- [Your task]
Print the lines that run from the line with "line L1 (1.4, 2.35) -> (1.4, -2.35)" to the line with "Rebuilt in FreeCAD, every", keeping both end lines, exactly as they appear in the entries below, and nothing else.

Collected data
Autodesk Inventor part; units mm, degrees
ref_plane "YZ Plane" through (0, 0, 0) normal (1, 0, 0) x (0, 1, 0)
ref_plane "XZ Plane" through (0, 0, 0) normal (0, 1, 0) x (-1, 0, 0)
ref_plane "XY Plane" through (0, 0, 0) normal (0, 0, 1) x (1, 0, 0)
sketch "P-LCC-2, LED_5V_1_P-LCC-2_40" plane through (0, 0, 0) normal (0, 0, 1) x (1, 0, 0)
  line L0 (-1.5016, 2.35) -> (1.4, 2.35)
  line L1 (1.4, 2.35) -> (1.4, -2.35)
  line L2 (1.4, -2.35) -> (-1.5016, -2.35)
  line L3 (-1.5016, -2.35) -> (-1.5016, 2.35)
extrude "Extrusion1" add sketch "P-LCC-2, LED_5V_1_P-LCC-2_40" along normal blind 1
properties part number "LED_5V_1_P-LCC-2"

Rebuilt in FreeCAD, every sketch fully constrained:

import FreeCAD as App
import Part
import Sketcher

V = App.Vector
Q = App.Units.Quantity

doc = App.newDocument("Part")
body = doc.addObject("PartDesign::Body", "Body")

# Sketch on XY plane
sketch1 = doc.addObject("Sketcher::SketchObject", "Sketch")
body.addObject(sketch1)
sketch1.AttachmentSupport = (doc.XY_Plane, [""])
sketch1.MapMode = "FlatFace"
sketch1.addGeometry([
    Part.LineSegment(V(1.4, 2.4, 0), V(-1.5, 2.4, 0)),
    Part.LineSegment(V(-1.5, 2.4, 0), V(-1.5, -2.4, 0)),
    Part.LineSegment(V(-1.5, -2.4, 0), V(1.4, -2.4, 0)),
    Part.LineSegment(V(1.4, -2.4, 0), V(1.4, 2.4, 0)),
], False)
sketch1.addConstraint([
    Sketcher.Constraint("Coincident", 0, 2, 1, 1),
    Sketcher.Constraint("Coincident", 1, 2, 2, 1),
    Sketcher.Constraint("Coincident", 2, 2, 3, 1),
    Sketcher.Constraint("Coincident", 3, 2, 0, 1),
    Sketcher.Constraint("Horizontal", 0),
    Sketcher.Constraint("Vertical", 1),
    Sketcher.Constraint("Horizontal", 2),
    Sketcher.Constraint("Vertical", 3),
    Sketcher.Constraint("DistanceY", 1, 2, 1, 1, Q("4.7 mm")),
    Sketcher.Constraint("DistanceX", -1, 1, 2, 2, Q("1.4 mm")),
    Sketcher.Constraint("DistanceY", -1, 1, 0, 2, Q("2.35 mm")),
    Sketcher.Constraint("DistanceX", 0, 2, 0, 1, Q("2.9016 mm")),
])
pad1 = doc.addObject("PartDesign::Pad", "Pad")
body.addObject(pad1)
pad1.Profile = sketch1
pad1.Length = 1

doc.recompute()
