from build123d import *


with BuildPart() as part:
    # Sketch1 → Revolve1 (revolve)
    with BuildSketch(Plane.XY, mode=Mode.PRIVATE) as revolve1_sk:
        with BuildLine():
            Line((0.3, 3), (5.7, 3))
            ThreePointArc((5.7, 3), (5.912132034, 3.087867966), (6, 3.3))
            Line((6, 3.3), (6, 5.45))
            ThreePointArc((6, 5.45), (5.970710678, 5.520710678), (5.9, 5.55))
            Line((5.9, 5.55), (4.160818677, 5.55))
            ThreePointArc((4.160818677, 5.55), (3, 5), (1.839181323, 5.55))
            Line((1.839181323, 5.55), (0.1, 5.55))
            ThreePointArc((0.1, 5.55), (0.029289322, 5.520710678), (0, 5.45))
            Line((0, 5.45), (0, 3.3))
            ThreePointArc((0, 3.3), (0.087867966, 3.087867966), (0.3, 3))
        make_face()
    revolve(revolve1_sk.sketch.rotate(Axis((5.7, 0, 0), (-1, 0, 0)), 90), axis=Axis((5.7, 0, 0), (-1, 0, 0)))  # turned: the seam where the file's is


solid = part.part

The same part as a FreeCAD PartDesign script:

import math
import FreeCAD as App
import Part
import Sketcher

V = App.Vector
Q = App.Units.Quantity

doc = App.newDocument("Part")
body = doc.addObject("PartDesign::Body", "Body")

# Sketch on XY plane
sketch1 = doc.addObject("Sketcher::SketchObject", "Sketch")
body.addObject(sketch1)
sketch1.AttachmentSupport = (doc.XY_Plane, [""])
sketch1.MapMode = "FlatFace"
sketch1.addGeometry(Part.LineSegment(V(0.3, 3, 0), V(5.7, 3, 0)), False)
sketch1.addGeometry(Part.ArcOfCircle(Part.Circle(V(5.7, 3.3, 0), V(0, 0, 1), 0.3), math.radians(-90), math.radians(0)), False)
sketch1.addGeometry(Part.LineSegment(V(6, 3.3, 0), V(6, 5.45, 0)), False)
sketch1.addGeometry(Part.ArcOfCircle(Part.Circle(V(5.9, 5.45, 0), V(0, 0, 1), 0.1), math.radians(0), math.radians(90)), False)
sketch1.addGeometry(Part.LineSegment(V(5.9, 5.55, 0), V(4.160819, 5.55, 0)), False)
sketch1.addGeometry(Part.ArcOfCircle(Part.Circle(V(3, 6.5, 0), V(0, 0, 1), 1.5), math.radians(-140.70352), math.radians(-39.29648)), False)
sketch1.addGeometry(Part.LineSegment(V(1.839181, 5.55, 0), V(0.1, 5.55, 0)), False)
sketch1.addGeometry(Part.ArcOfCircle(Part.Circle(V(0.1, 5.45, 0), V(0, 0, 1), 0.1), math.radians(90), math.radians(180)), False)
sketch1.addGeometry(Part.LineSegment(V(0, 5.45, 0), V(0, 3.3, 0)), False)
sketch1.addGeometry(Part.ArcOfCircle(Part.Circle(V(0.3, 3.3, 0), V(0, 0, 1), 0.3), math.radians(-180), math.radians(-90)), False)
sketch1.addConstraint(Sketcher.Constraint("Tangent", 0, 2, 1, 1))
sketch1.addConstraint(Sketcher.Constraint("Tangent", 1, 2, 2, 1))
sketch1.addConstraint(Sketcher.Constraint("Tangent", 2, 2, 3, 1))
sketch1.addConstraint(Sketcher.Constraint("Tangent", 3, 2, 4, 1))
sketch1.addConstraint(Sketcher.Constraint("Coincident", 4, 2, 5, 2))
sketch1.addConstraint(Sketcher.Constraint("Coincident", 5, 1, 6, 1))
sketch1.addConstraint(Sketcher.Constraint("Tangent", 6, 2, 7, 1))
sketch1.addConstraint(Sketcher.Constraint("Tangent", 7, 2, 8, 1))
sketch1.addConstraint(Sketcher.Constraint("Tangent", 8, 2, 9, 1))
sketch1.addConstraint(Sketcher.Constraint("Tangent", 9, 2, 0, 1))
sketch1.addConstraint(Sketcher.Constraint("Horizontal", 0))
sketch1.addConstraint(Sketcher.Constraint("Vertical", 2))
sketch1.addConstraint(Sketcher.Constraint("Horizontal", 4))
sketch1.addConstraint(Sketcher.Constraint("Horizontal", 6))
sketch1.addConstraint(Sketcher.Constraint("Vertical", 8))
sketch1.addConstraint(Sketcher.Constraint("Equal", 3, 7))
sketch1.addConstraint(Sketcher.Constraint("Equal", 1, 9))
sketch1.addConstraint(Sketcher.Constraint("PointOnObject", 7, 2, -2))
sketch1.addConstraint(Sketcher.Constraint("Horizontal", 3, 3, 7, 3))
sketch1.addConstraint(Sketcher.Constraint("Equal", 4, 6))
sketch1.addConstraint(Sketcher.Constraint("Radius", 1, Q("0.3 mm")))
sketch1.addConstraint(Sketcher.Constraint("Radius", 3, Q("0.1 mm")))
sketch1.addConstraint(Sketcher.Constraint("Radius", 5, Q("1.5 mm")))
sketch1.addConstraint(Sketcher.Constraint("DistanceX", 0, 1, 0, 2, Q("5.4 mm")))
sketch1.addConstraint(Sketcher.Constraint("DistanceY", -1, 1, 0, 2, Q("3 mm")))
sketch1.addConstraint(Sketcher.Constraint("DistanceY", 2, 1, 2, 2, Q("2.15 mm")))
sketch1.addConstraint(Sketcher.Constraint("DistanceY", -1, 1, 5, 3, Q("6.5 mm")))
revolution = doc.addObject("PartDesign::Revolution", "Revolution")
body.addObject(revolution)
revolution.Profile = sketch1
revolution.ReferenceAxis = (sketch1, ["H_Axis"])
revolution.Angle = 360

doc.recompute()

- [Answer to the exercise]
  line L1 (1.4, 2.35) -> (1.4, -2.35)
  line L2 (1.4, -2.35) -> (-1.5016, -2.35)
  line L3 (-1.5016, -2.35) -> (-1.5016, 2.35)
extrude "Extrusion1" add sketch "P-LCC-2, LED_5V_1_P-LCC-2_40" along normal blind 1
properties part number "LED_5V_1_P-LCC-2"

Rebuilt in FreeCAD, every sketch fully constrained:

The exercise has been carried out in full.